そのほかの物をそろえて、粉末にするとして…明日の夕方には、納品できると思いますよ。」

(砕華は、羊皮紙に記載されている薬草、毒草の粉末を作成する時間、頭の中で逆算した。
採取、乾燥、製薬の過程を考えると、採取さえ出来れば、1日あれば全て揃えられると、シチューに伝えた。
にこやかに、開いているのかいないのか、分からないような視線を送って。)

シチュー > (私情と商売の間にきっちり線引をする彼女にはある種の安心感を覚えているが、ミレー族は思春期を迎えようというところ。自意識だけが過剰になっているのやも。)

「お屋敷に入ってきて一番最初に教わった事が出来なくって……。うまくいってると思ってたのにさ。……でも、えへへ。ありがと。砕華、ありがと。話したらちょっと楽になったかも。」

(たいみんぐ、の発音はまるで外来人が習ったばかりの単語を母国のイントネーションで話しているみたいで。何事も冷静に丁寧にこなす和装の店主のイメージとのギャップが生まれ、それがなんだか、言うなら可愛らしく思えた。それも手伝って、ふっと息吐くと機嫌良さげに尻尾を揺らす。――目の前におまんじゅう!それはそれはダンジョン奥深くに眠る宝物を見つけたような表情と「わああ……美味しそう!」という歓声を浮かべ。思わず涎が落ちそうになるが。……まずは、お使いである商談が先である。ケモミミをピクピクさせて我慢我慢。羊皮紙を改める彼女の前でお預け状態。――ミレーの集落から出てきてそう長く経っていない。ろくな教育も受けていない。むしろ奴隷になってからちゃんとした教育を受けているから……それに、一度逃走という粗相をした己を受け入れてくれた主人のためにも、どうにか都合をつけてもらいたくて。それに、ただのマッドサイエンティストの小間使いように思われたくなかったのだ。砕華に。)

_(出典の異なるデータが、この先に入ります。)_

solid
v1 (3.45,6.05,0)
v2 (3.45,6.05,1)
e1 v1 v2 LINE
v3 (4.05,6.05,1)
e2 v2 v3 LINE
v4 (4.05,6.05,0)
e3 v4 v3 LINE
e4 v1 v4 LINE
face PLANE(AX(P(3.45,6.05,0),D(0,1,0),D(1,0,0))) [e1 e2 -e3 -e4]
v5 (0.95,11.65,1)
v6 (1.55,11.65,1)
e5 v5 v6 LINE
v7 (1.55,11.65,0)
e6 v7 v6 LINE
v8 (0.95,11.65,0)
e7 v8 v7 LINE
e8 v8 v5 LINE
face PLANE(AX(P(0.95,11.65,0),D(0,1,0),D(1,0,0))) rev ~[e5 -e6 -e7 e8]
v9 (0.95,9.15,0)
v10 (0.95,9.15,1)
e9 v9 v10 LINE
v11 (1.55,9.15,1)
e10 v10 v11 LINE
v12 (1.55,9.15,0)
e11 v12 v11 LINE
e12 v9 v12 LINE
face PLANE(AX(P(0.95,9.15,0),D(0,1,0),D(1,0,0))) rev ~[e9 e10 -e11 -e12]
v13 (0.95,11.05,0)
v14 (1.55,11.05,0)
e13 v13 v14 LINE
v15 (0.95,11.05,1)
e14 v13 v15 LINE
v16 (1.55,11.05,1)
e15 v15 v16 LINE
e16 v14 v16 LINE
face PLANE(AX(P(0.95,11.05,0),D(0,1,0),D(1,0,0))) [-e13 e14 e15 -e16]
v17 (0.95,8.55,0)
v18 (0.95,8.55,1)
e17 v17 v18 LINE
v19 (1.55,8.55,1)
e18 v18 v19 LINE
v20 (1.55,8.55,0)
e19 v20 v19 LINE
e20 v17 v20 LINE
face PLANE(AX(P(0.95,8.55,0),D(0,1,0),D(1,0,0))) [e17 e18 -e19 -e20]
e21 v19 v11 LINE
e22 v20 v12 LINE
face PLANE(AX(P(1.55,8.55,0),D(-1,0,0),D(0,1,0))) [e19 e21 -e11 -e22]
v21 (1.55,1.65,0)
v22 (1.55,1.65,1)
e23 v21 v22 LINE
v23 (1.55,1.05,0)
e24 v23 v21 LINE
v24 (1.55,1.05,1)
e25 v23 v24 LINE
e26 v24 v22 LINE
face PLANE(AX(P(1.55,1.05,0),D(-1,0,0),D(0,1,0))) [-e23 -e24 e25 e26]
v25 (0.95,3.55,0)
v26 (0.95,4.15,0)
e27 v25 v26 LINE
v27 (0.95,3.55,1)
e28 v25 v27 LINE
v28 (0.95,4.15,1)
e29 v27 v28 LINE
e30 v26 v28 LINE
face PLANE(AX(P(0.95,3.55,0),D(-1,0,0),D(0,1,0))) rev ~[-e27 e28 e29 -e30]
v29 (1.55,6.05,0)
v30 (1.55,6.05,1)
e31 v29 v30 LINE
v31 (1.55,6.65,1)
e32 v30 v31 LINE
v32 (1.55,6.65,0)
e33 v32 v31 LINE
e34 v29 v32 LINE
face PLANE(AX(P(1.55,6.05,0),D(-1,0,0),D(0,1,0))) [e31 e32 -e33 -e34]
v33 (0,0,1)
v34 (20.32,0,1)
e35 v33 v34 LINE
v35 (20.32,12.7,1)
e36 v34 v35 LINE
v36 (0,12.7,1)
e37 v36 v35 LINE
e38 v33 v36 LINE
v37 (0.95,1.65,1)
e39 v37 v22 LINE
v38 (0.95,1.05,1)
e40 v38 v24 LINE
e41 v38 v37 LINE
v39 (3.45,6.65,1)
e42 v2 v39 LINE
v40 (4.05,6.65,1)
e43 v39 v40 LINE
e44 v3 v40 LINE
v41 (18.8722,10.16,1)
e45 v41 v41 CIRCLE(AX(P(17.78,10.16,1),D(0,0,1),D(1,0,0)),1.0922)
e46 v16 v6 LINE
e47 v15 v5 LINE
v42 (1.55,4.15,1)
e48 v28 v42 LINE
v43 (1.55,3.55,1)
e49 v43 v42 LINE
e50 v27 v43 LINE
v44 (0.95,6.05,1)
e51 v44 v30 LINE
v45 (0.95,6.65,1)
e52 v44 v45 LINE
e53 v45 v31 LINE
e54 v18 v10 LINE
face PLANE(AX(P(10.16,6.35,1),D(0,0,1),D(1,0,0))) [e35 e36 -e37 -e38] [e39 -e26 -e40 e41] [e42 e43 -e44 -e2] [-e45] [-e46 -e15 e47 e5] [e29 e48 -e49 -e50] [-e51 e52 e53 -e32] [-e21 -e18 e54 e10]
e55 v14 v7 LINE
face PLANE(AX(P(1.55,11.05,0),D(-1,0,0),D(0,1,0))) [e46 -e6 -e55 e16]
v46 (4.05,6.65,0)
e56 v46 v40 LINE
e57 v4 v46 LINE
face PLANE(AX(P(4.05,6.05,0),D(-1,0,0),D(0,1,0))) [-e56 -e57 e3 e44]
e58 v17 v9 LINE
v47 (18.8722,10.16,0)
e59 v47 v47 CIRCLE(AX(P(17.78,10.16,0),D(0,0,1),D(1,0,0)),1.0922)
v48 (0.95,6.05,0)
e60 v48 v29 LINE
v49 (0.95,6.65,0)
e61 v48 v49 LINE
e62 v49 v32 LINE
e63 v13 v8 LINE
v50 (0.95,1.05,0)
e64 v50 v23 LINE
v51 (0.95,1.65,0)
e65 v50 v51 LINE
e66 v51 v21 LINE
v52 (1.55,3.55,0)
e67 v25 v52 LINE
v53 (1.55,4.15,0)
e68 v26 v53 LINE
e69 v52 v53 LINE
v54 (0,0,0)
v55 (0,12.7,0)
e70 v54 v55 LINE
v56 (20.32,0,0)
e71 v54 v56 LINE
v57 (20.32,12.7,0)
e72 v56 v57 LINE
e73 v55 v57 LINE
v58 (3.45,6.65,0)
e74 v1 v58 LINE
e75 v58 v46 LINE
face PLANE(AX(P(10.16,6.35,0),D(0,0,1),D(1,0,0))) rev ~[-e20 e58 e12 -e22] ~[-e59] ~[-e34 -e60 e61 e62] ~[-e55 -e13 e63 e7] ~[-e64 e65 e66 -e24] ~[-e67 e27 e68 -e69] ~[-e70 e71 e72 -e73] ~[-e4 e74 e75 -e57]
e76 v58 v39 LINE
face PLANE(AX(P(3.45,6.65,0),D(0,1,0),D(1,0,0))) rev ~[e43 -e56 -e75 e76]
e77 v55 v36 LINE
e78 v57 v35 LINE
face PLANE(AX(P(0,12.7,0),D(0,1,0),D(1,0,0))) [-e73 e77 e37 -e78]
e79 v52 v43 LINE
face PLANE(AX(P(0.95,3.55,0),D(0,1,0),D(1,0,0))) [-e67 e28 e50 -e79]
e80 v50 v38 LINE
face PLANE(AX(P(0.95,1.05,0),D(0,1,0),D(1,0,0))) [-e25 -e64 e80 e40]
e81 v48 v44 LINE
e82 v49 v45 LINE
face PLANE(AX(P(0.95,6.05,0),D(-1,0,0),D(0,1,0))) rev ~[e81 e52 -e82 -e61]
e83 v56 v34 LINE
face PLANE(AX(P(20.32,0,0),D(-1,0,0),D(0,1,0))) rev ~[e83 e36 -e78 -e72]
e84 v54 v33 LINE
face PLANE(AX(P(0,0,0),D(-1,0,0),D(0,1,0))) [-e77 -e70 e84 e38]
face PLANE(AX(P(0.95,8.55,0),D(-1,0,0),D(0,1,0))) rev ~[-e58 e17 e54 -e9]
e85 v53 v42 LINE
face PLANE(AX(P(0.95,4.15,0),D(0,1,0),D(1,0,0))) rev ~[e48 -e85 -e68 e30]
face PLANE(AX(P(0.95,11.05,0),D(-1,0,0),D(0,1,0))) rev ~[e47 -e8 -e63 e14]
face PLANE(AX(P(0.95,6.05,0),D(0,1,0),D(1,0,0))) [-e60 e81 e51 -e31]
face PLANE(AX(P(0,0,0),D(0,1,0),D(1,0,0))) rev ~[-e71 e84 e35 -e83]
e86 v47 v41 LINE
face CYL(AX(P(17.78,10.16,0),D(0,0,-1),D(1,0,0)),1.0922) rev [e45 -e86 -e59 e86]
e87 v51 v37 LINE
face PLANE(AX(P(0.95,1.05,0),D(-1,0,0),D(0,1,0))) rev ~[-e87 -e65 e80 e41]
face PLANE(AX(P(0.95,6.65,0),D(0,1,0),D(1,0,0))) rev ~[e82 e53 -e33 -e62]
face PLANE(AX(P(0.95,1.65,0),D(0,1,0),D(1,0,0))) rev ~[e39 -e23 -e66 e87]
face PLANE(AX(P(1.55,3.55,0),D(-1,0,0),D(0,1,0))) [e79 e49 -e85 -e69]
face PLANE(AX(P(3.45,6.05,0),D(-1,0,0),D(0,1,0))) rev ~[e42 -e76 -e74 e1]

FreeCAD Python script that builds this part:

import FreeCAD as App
import Part
import Sketcher
Q = App.Units.Quantity


def add_polygon(sketch, points):
    """Adds a closed chain of lines whose ends are joined by coincident constraints."""
    first, n = sketch.GeometryCount, len(points)
    for a, b in zip(points, points[1:] + points[:1]):
        sketch.addGeometry(Part.LineSegment(App.Vector(*a, 0), App.Vector(*b, 0)), False)
    for i in range(n):
        sketch.addConstraint(Sketcher.Constraint("Coincident", first + i, 2, first + (i + 1) % n, 1))

doc = App.newDocument("Part")
body = doc.addObject("PartDesign::Body", "Body")

# Sketch on XY plane
sketch1 = doc.addObject("Sketcher::SketchObject", "Sketch")
body.addObject(sketch1)
sketch1.AttachmentSupport = (doc.XY_Plane, [""])
sketch1.MapMode = "FlatFace"
add_polygon(sketch1, [(0, 12.7), (0, 0), (20.32, 0), (20.32, 12.7)])  # lines 0-3
add_polygon(sketch1, [(1.55, 1.05), (0.95, 1.05), (0.95, 1.65), (1.55, 1.65)])  # lines 4-7
add_polygon(sketch1, [(1.55, 3.55), (0.95, 3.55), (0.95, 4.15), (1.55, 4.15)])  # lines 8-11
add_polygon(sketch1, [(1.55, 6.05), (0.95, 6.05), (0.95, 6.65), (1.55, 6.65)])  # lines 12-15
add_polygon(sketch1, [(4.05, 6.05), (3.45, 6.05), (3.45, 6.65), (4.05, 6.65)])  # lines 16-19
add_polygon(sketch1, [(1.55, 8.55), (0.95, 8.55), (0.95, 9.15), (1.55, 9.15)])  # lines 20-23
add_polygon(sketch1, [(1.55, 11.05), (0.95, 11.05), (0.95, 11.65), (1.55, 11.65)])  # lines 24-27
sketch1.addGeometry(Part.Circle(App.Vector(17.78, 10.16, 0), App.Vector(0, 0, 1), 1.0922), False)  # 28
sketch1.addConstraint(Sketcher.Constraint("Vertical", 0))
sketch1.addConstraint(Sketcher.Constraint("Horizontal", 1))
sketch1.addConstraint(Sketcher.Constraint("Vertical", 2))
sketch1.addConstraint(Sketcher.Constraint("Horizontal", 3))
sketch1.addConstraint(Sketcher.Constraint("Horizontal", 4))
sketch1.addConstraint(Sketcher.Constraint("Vertical", 5))
sketch1.addConstraint(Sketcher.Constraint("Horizontal", 6))
sketch1.addConstraint(Sketcher.Constraint("Vertical", 7))
sketch1.addConstraint(Sketcher.Constraint("Horizontal", 8))
sketch1.addConstraint(Sketcher.Constraint("Vertical", 9))
sketch1.addConstraint(Sketcher.Constraint("Horizontal", 10))
sketch1.addConstraint(Sketcher.Constraint("Vertical", 11))
sketch1.addConstraint(Sketcher.Constraint("Horizontal", 12))
sketch1.addConstraint(Sketcher.Constraint("Vertical", 13))
sketch1.addConstraint(Sketcher.Constraint("Horizontal", 14))
sketch1.addConstraint(Sketcher.Constraint("Vertical", 15))
sketch1.addConstraint(Sketcher.Constraint("Horizontal", 16))
sketch1.addConstraint(Sketcher.Constraint("Vertical", 17))
sketch1.addConstraint(Sketcher.Constraint("Horizontal", 18))
sketch1.addConstraint(Sketcher.Constraint("Vertical", 19))
sketch1.addConstraint(Sketcher.Constraint("Horizontal", 20))
sketch1.addConstraint(Sketcher.Constraint("Vertical", 21))
sketch1.addConstraint(Sketcher.Constraint("Horizontal", 22))
sketch1.addConstraint(Sketcher.Constraint("Vertical", 23))
sketch1.addConstraint(Sketcher.Constraint("Horizontal", 24))
sketch1.addConstraint(Sketcher.Constraint("Vertical", 25))
sketch1.addConstraint(Sketcher.Constraint("Horizontal", 26))
sketch1.addConstraint(Sketcher.Constraint("Vertical", 27))
sketch1.addConstraint(Sketcher.Constraint("Coincident", 0, 2, -1, 1))
sketch1.addConstraint(Sketcher.Constraint("Horizontal", 15, 2, 16, 2))
sketch1.addConstraint(Sketcher.Constraint("Horizontal", 14, 2, 17, 2))
sketch1.addConstraint(Sketcher.Constraint("Vertical", 5, 2, 8, 2))
sketch1.addConstraint(Sketcher.Constraint("Vertical", 7, 2, 10, 2))
sketch1.addConstraint(Sketcher.Constraint("Vertical", 9, 2, 12, 2))
sketch1.addConstraint(Sketcher.Constraint("Vertical", 11, 2, 14, 2))
sketch1.addConstraint(Sketcher.Constraint("Vertical", 13, 2, 20, 2))
sketch1.addConstraint(Sketcher.Constraint("Vertical", 15, 2, 22, 2))
sketch1.addConstraint(Sketcher.Constraint("Vertical", 21, 2, 24, 2))
sketch1.addConstraint(Sketcher.Constraint("Vertical", 23, 2, 26, 2))
sketch1.addConstraint(Sketcher.Constraint("Equal", 14, 16))
sketch1.addConstraint(Sketcher.Constraint("Equal", 26, 5))
sketch1.addConstraint(Sketcher.Constraint("Equal", 7, 9))
sketch1.addConstraint(Sketcher.Constraint("Equal", 11, 13))
sketch1.addConstraint(Sketcher.Constraint("Equal", 19, 21))
sketch1.addConstraint(Sketcher.Constraint("Equal", 23, 25))
sketch1.addConstraint(Sketcher.Constraint("Diameter", 28, Q("0.086 in")))
sketch1.addConstraint(Sketcher.Constraint("DistanceX", 1, 1, 1, 2, Q("0.8 in")))
sketch1.addConstraint(Sketcher.Constraint("DistanceY", 0, 2, 0, 1, Q("0.5 in")))
sketch1.addConstraint(Sketcher.Constraint("DistanceX", -1, 1, 28, 3, Q("0.7 in")))
sketch1.addConstraint(Sketcher.Constraint("DistanceY", -1, 1, 28, 3, Q("0.4 in")))
sketch1.addConstraint(Sketcher.Constraint("DistanceX", 4, 2, 4, 1, Q("0.6 mm")))
sketch1.addConstraint(Sketcher.Constraint("DistanceX", -1, 1, 4, 2, Q("0.95 mm")))
sketch1.addConstraint(Sketcher.Constraint("DistanceY", -1, 1, 4, 2, Q("1.05 mm")))
sketch1.addConstraint(Sketcher.Constraint("DistanceY", -1, 1, 8, 2, Q("3.55 mm")))
sketch1.addConstraint(Sketcher.Constraint("DistanceY", -1, 1, 12, 2, Q("6.05 mm")))
sketch1.addConstraint(Sketcher.Constraint("DistanceX", -1, 1, 16, 2, Q("3.45 mm")))
sketch1.addConstraint(Sketcher.Constraint("DistanceY", -1, 1, 20, 2, Q("8.55 mm")))
sketch1.addConstraint(Sketcher.Constraint("DistanceY", -1, 1, 24, 2, Q("11.05 mm")))
pad1 = doc.addObject("PartDesign::Pad", "Pad")
body.addObject(pad1)
pad1.Profile = sketch1
pad1.Length = 1

doc.recompute()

「ほんと!ほんと!?良かった!――それじゃあ、その通りでよろしくお願い。支払いは、約束手形を渡しておくね。明日の夕方にお屋敷の人がお金持ってくるから、品物と交換だよ。」

(無理を言うお願いでもあったのだろうに、頭の中で素早く計算を済ませた相手に向かって。腰を浮かせて喜んだ。そのあと、ほっと胸をなでおろしたように椅子へ腰をかけて。はっ、と気づいた香り立つ茶葉の香り。伺うように、彼女の優しげな瞳を見上げる)

「商談成立で……いいかな?いいかな?頂きますしていい?」

砕華 > (商談の際に、ヤキモキする様な眼で、砕華を見ていたシチュー。
それがおかしくて、可愛くて。そのときはついつい、袖で口を隠して、肩を震わせていた。)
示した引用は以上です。